▸ **PROBLEM DESCRIPTION**
Within the records below is a range that opens at the line with "#28=DIRECTION('',(0.,0.,1.));" and closes at the line with "#49=VERTEX_POINT('',#48);". Return that range word for word, both ends included, and only that range.

▸ **EXTRACTED DATA**
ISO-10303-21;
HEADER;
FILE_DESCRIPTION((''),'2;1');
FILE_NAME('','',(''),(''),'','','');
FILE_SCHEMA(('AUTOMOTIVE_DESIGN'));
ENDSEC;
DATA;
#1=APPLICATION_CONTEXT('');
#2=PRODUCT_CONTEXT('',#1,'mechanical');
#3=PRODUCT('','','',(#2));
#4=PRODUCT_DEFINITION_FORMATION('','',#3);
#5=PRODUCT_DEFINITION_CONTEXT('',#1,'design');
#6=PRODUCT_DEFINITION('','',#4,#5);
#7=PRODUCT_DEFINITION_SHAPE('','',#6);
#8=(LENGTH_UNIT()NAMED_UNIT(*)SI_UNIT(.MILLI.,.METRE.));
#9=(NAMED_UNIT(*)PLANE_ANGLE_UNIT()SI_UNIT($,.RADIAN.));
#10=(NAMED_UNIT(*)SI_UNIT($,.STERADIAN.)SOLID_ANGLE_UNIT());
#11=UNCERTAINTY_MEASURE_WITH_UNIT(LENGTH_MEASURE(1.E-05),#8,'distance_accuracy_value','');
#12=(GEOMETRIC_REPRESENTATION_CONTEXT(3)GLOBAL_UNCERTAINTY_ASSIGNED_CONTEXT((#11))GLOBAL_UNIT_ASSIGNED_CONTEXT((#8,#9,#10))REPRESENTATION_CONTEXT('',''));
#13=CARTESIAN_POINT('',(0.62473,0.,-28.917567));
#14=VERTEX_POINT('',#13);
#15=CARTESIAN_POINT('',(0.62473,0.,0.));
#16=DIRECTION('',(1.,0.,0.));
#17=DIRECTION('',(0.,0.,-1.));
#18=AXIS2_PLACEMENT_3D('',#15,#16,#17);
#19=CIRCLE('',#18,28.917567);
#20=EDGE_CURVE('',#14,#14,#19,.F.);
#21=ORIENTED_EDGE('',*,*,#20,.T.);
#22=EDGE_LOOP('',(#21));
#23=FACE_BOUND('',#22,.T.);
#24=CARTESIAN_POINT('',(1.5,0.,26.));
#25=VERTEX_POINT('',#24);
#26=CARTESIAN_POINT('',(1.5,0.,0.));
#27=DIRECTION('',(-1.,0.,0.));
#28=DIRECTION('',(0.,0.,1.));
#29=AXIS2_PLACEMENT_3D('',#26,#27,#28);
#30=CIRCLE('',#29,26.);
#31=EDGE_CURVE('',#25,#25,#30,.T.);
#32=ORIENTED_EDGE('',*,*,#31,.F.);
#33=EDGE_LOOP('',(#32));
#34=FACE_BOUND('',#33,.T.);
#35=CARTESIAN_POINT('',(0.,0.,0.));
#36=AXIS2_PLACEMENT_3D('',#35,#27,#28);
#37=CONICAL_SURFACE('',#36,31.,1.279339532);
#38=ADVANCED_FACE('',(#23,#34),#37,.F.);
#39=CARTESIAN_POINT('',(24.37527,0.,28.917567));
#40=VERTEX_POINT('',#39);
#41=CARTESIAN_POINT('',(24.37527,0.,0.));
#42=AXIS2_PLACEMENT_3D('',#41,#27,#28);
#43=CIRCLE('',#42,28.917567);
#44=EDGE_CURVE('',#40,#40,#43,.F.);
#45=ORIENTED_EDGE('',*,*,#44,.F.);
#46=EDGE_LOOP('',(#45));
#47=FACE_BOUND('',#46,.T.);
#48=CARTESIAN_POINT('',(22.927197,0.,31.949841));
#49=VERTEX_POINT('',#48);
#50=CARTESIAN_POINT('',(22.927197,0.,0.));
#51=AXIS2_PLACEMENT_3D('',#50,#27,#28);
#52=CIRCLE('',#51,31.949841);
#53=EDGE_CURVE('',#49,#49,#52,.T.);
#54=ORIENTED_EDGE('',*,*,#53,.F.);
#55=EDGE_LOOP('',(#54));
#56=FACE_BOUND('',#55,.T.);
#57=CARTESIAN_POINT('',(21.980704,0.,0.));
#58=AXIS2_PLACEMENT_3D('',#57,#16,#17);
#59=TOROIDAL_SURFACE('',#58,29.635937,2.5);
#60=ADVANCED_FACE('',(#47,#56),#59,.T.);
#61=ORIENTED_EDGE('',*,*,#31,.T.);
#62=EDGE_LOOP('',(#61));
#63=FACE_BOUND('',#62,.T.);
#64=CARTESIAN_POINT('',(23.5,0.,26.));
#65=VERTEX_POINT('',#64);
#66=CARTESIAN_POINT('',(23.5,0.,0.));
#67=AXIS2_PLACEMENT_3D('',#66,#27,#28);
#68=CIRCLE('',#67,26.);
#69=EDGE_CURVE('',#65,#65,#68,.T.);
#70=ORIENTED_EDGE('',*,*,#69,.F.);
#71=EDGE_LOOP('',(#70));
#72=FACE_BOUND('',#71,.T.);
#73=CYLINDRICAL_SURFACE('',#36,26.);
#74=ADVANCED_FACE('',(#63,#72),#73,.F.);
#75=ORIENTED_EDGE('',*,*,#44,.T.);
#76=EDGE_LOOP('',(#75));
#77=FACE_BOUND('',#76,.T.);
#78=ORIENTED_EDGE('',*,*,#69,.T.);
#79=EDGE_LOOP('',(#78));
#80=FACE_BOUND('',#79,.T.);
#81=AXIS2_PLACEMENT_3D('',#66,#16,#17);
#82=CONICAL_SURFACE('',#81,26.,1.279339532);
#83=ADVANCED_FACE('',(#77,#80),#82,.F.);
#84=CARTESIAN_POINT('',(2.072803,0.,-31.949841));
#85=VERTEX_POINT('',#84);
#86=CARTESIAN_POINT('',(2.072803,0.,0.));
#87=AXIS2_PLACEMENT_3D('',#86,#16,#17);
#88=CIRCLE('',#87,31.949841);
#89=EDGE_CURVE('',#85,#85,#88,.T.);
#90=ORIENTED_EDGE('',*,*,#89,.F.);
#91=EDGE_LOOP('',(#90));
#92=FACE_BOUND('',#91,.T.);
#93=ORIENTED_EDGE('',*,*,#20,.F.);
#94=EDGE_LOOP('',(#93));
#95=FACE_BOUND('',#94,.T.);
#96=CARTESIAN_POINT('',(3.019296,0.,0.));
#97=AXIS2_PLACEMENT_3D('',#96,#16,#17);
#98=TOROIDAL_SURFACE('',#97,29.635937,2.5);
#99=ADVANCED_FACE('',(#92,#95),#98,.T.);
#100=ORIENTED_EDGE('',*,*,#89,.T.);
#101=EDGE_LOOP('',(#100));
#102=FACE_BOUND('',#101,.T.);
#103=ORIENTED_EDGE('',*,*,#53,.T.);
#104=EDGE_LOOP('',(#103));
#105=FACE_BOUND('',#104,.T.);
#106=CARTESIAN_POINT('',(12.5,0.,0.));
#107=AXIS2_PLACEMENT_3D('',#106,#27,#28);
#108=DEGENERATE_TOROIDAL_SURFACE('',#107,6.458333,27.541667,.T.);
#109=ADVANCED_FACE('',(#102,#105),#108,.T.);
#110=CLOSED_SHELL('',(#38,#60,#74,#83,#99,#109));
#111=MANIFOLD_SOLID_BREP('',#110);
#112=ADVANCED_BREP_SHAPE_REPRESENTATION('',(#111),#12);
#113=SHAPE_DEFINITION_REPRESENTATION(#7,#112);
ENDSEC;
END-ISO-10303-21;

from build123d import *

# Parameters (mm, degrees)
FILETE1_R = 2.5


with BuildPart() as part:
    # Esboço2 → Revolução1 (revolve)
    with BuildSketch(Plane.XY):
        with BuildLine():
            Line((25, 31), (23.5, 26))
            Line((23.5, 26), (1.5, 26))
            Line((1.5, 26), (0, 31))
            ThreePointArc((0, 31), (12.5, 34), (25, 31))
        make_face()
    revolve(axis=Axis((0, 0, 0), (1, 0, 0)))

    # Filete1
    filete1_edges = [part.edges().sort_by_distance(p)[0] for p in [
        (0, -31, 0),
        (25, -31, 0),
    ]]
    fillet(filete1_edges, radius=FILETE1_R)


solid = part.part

▸ **SOLUTION TO THIS PROBLEM**
#28=DIRECTION('',(0.,0.,1.));
#29=AXIS2_PLACEMENT_3D('',#26,#27,#28);
#30=CIRCLE('',#29,26.);
#31=EDGE_CURVE('',#25,#25,#30,.T.);
#32=ORIENTED_EDGE('',*,*,#31,.F.);
#33=EDGE_LOOP('',(#32));
#34=FACE_BOUND('',#33,.T.);
#35=CARTESIAN_POINT('',(0.,0.,0.));
#36=AXIS2_PLACEMENT_3D('',#35,#27,#28);
#37=CONICAL_SURFACE('',#36,31.,1.279339532);
#38=ADVANCED_FACE('',(#23,#34),#37,.F.);
#39=CARTESIAN_POINT('',(24.37527,0.,28.917567));
#40=VERTEX_POINT('',#39);
#41=CARTESIAN_POINT('',(24.37527,0.,0.));
#42=AXIS2_PLACEMENT_3D('',#41,#27,#28);
#43=CIRCLE('',#42,28.917567);
#44=EDGE_CURVE('',#40,#40,#43,.F.);
#45=ORIENTED_EDGE('',*,*,#44,.F.);
#46=EDGE_LOOP('',(#45));
#47=FACE_BOUND('',#46,.T.);
#48=CARTESIAN_POINT('',(22.927197,0.,31.949841));
#49=VERTEX_POINT('',#48);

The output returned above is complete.